Les étrangers accusés de faits liés au terrorisme et incarcérés au quartier de haute sécurité du Camp pénal de Liberté 6 seront face au juge, le 15 décembre. Sauf renvoi de dernière minute. Demba DIALLO et Ciradio DIALLO, de nationale malienne, attendaient, avec impatience, leur procès depuis 5 ans. Il en est de même pour le Nigérian Goodween OKO, placé en détention le 27 avril 2017. Il aperçoit le bout du tunnel après 6 ans de détention provisoire. D’autres étrangers accusés de faits similaires ont déjà recouvré la liberté, notamment les Syriens Mouhamed AL-FAKI et Ahmed KHOUMSI. Ce dernier, jugé après 2 ans de détention, a été acquitté des faits de terrorisme et condamné à 2 ans dont 6 mois ferme pour faux et usage de faux dans un document administratif. Une peine largement couverte par sa détention initiale.

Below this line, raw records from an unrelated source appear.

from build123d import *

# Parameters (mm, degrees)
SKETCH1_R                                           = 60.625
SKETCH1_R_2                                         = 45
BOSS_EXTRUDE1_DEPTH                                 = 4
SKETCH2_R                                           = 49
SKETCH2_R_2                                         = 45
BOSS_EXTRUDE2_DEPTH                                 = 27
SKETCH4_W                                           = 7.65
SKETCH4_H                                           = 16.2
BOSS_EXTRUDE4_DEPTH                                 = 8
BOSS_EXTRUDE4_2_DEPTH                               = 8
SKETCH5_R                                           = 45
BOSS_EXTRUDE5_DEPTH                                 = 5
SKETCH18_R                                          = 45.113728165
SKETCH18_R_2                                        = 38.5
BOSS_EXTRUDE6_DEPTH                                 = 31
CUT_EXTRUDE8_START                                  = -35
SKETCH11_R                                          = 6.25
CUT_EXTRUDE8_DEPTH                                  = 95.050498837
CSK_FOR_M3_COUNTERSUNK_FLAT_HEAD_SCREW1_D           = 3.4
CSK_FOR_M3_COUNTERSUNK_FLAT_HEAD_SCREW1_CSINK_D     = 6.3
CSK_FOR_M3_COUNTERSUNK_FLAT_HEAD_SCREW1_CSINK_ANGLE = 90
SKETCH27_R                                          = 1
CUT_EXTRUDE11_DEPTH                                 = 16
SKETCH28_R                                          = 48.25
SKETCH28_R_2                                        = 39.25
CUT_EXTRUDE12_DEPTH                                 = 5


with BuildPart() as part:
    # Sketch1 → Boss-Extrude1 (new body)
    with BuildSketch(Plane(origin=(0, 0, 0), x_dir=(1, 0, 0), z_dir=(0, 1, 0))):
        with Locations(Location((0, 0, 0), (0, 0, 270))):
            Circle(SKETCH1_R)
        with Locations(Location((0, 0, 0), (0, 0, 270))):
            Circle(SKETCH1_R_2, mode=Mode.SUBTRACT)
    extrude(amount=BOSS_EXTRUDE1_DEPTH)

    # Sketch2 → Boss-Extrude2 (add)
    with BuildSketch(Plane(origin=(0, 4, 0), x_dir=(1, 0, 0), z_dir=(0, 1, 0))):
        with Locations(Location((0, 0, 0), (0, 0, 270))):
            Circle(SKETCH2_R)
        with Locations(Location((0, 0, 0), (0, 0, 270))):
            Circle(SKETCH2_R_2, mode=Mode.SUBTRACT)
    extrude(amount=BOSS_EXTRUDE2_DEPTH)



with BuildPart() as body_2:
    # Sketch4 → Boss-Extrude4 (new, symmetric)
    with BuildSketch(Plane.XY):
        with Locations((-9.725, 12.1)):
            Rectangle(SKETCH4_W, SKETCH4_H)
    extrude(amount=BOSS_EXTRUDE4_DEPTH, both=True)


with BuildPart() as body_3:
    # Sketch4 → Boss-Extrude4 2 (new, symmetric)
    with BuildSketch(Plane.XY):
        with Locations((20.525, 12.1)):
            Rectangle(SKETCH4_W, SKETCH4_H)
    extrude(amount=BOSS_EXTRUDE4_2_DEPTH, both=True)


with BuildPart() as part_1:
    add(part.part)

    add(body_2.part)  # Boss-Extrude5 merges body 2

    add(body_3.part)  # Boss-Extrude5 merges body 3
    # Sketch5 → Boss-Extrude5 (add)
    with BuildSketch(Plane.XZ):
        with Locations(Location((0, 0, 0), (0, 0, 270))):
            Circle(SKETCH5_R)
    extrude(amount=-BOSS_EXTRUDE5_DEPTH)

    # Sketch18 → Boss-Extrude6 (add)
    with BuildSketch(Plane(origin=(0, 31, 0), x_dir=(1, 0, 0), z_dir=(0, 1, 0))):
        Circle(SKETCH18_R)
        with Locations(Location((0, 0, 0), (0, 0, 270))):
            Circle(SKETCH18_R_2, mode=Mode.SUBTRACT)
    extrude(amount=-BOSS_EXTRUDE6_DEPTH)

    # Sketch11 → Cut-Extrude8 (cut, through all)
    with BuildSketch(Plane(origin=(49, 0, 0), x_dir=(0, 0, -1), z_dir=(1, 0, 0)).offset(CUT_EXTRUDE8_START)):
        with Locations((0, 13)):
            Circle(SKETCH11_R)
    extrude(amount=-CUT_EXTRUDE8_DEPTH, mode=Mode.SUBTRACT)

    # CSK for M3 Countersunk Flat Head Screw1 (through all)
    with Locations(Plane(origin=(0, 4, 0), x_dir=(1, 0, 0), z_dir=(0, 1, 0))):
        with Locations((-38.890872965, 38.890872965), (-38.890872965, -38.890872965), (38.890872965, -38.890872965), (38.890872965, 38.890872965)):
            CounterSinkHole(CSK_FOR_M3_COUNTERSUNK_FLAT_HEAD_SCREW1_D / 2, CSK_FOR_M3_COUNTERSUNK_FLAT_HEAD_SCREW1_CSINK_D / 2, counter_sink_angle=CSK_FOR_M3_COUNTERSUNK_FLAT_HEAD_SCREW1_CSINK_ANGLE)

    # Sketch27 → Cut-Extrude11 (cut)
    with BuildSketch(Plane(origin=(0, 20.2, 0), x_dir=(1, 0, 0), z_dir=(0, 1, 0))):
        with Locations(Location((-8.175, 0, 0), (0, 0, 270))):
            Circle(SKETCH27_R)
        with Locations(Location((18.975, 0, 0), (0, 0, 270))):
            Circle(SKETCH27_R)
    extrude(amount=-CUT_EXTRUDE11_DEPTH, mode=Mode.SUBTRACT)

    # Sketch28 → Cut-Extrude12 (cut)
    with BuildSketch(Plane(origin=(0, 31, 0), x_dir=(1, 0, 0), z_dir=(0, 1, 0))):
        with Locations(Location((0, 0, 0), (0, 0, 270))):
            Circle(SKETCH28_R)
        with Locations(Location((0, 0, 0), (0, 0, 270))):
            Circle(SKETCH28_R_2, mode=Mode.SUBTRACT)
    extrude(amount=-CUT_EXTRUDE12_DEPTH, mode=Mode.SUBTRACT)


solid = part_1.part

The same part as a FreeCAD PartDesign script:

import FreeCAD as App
import Part
import Sketcher


def add_polygon(sketch, points):
    """Adds a closed chain of lines whose ends are joined by coincident constraints."""
    first, n = sketch.GeometryCount, len(points)
    for a, b in zip(points, points[1:] + points[:1]):
        sketch.addGeometry(Part.LineSegment(App.Vector(*a, 0), App.Vector(*b, 0)), False)
    for i in range(n):
        sketch.addConstraint(Sketcher.Constraint("Coincident", first + i, 2, first + (i + 1) % n, 1))

doc = App.newDocument("Part")
body = doc.addObject("PartDesign::Body", "Body")

# Sketch on XZ plane
sketch1 = doc.addObject("Sketcher::SketchObject", "Sketch")
body.addObject(sketch1)
sketch1.AttachmentSupport = (doc.XZ_Plane, [""])
sketch1.MapMode = "FlatFace"
sketch1.addGeometry(Part.Circle(App.Vector(0, 0, 0), App.Vector(0, 0, 1), 61), False)
sketch1.addGeometry(Part.Circle(App.Vector(0, 0, 0), App.Vector(0, 0, 1), 45), False)
sketch1.addConstraint(Sketcher.Constraint("Coincident", 0, 3, -1, 1))
sketch1.addConstraint(Sketcher.Constraint("Coincident", 1, 3, -1, 1))
sketch1.addConstraint(Sketcher.Constraint("Diameter", 1, 90.0))
sketch1.addConstraint(Sketcher.Constraint("Diameter", 0, 121.25))
pad1 = doc.addObject("PartDesign::Pad", "Pad")
body.addObject(pad1)
pad1.Profile = sketch1
pad1.Length = 4
pad1.Reversed = True

# Sketch on XZ plane
sketch2 = doc.addObject("Sketcher::SketchObject", "Sketch001")
body.addObject(sketch2)
sketch2.AttachmentSupport = (doc.XZ_Plane, [""])
sketch2.MapMode = "FlatFace"
sketch2.AttachmentOffset = App.Placement(App.Vector(0, 0, -4), App.Rotation())
sketch2.addGeometry(Part.Circle(App.Vector(0, 0, 0), App.Vector(0, 0, 1), 49), False)
sketch2.addGeometry(Part.Circle(App.Vector(0, 0, 0), App.Vector(0, 0, 1), 45), False)
sketch2.addConstraint(Sketcher.Constraint("Coincident", 0, 3, -1, 1))
sketch2.addConstraint(Sketcher.Constraint("Coincident", 1, 3, -1, 1))
sketch2.addConstraint(Sketcher.Constraint("Diameter", 0, 98.0))
sketch2.addConstraint(Sketcher.Constraint("Diameter", 1, 90.0))
pad2 = doc.addObject("PartDesign::Pad", "Pad001")
body.addObject(pad2)
pad2.Profile = sketch2
pad2.Length = 27
pad2.Reversed = True
body2 = doc.addObject("PartDesign::Body", "Body001")
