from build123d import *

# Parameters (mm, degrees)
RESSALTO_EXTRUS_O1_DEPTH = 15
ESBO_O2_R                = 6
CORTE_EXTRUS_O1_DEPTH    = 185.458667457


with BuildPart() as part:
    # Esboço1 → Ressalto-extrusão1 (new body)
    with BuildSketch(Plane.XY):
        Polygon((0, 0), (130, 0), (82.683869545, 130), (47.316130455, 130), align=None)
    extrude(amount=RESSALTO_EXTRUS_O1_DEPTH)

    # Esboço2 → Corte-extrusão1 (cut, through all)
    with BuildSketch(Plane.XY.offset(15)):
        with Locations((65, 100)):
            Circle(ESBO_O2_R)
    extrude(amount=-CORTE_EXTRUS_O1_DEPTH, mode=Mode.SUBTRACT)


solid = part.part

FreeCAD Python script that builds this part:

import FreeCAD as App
import Part
import Sketcher
Q = App.Units.Quantity

doc = App.newDocument("Part")
body = doc.addObject("PartDesign::Body", "Body")

# Sketch on XY plane
sketch1 = body.newObject("Sketcher::SketchObject", "Sketch")
sketch1.AttachmentSupport = (doc.getObject("XY_Plane"), [""])
sketch1.MapMode = "FlatFace"
sketch1.addGeometry(Part.LineSegment(App.Vector(0, 0, 0), App.Vector(130, 0, 0)), False)
sketch1.addGeometry(Part.LineSegment(App.Vector(130, 0, 0), App.Vector(83, 130, 0)), False)
sketch1.addGeometry(Part.LineSegment(App.Vector(83, 130, 0), App.Vector(47, 130, 0)), False)
sketch1.addGeometry(Part.LineSegment(App.Vector(47, 130, 0), App.Vector(0, 0, 0)), False)
sketch1.addConstraint(Sketcher.Constraint("Coincident", 0, 2, 1, 1))
sketch1.addConstraint(Sketcher.Constraint("Coincident", 1, 2, 2, 1))
sketch1.addConstraint(Sketcher.Constraint("Coincident", 2, 2, 3, 1))
sketch1.addConstraint(Sketcher.Constraint("Coincident", 3, 2, 0, 1))
sketch1.addConstraint(Sketcher.Constraint("Horizontal", 0))
sketch1.addConstraint(Sketcher.Constraint("Horizontal", 2))
sketch1.addConstraint(Sketcher.Constraint("Coincident", 3, 2, -1, 1))
sketch1.addConstraint(Sketcher.Constraint("Equal", 1, 3))
sketch1.addConstraint(Sketcher.Constraint("DistanceX", 0, 1, 0, 2, Q("130 mm")))
sketch1.addConstraint(Sketcher.Constraint("Angle", 1, Q("110 deg")))
sketch1.addConstraint(Sketcher.Constraint("DistanceY", -1, 1, 1, 2, Q("130 mm")))
pad1 = body.newObject("PartDesign::Pad", "Pad")
pad1.Profile = sketch1
pad1.Length = 15

# Sketch on XY plane
sketch2 = body.newObject("Sketcher::SketchObject", "Sketch001")
sketch2.AttachmentSupport = (doc.getObject("XY_Plane"), [""])
sketch2.MapMode = "FlatFace"
sketch2.AttachmentOffset = App.Placement(App.Vector(0, 0, 15), App.Rotation())
sketch2.addGeometry(Part.Circle(App.Vector(65, 100, 0), App.Vector(0, 0, 1), 6), False)
sketch2.addConstraint(Sketcher.Constraint("Diameter", 0, Q("12 mm")))
sketch2.addConstraint(Sketcher.Constraint("DistanceX", -1, 1, 0, 3, Q("65 mm")))
sketch2.addConstraint(Sketcher.Constraint("DistanceY", -1, 1, 0, 3, Q("100 mm")))
pocket1 = body.newObject("PartDesign::Pocket", "Pocket")
pocket1.Profile = sketch2
pocket1.Type = "ThroughAll"

doc.recompute()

La « drogue au port » en procès

Après le terrorisme, place au trafic de drogue. L’affaire des mille Kg de cocaïne saisis au Port de Dakar, en 2019, sera en procès ce 21 novembre. Un dossier qui verra comparaître les nommés Ibrahima THIAM dit Toubèye, Ibrahima Mateuw FALL et consorts. Plusieurs accusés sont en liberté dont Doudou DIOUF alias Colonel, etc. Soulignons, pour mémoire, que 20 personnes ont été arrêtées au début, 7 d’entre elles innocentées, 12 seront jugées, 6 déjà libérées. A signaler que les accusés sont tous emprisonnés à Rebeuss, sauf Toubèye qui croupit au Camp pénal.

Sonko fixé le 17 novembre

Si la date du 17 novembre reste très symbolique pour la Justice sénégalaise, elle est tout de même déterminante pour l’avenir politique d’Ousmane SONKO qui se bat contre sa radiation sur les listes électorales et la dissolution de son parti. La Cour suprême du Sénégal et la Cour de justice de la Cedeao vont trancher le contentieux opposant le leader politique de l’opposition à l’Etat du Sénégal. Deux verdicts qui vont définitivement sceller le sort du maire de Ziguinchor, en ce qu’ils édifient sur son éligibilité pour l’élection présidentielle du 25 février 2024. Le célèbre pensionnaire de la prison de Sébikhotane a été transféré à l’hôpital Principal, pour des raisons de sécurité.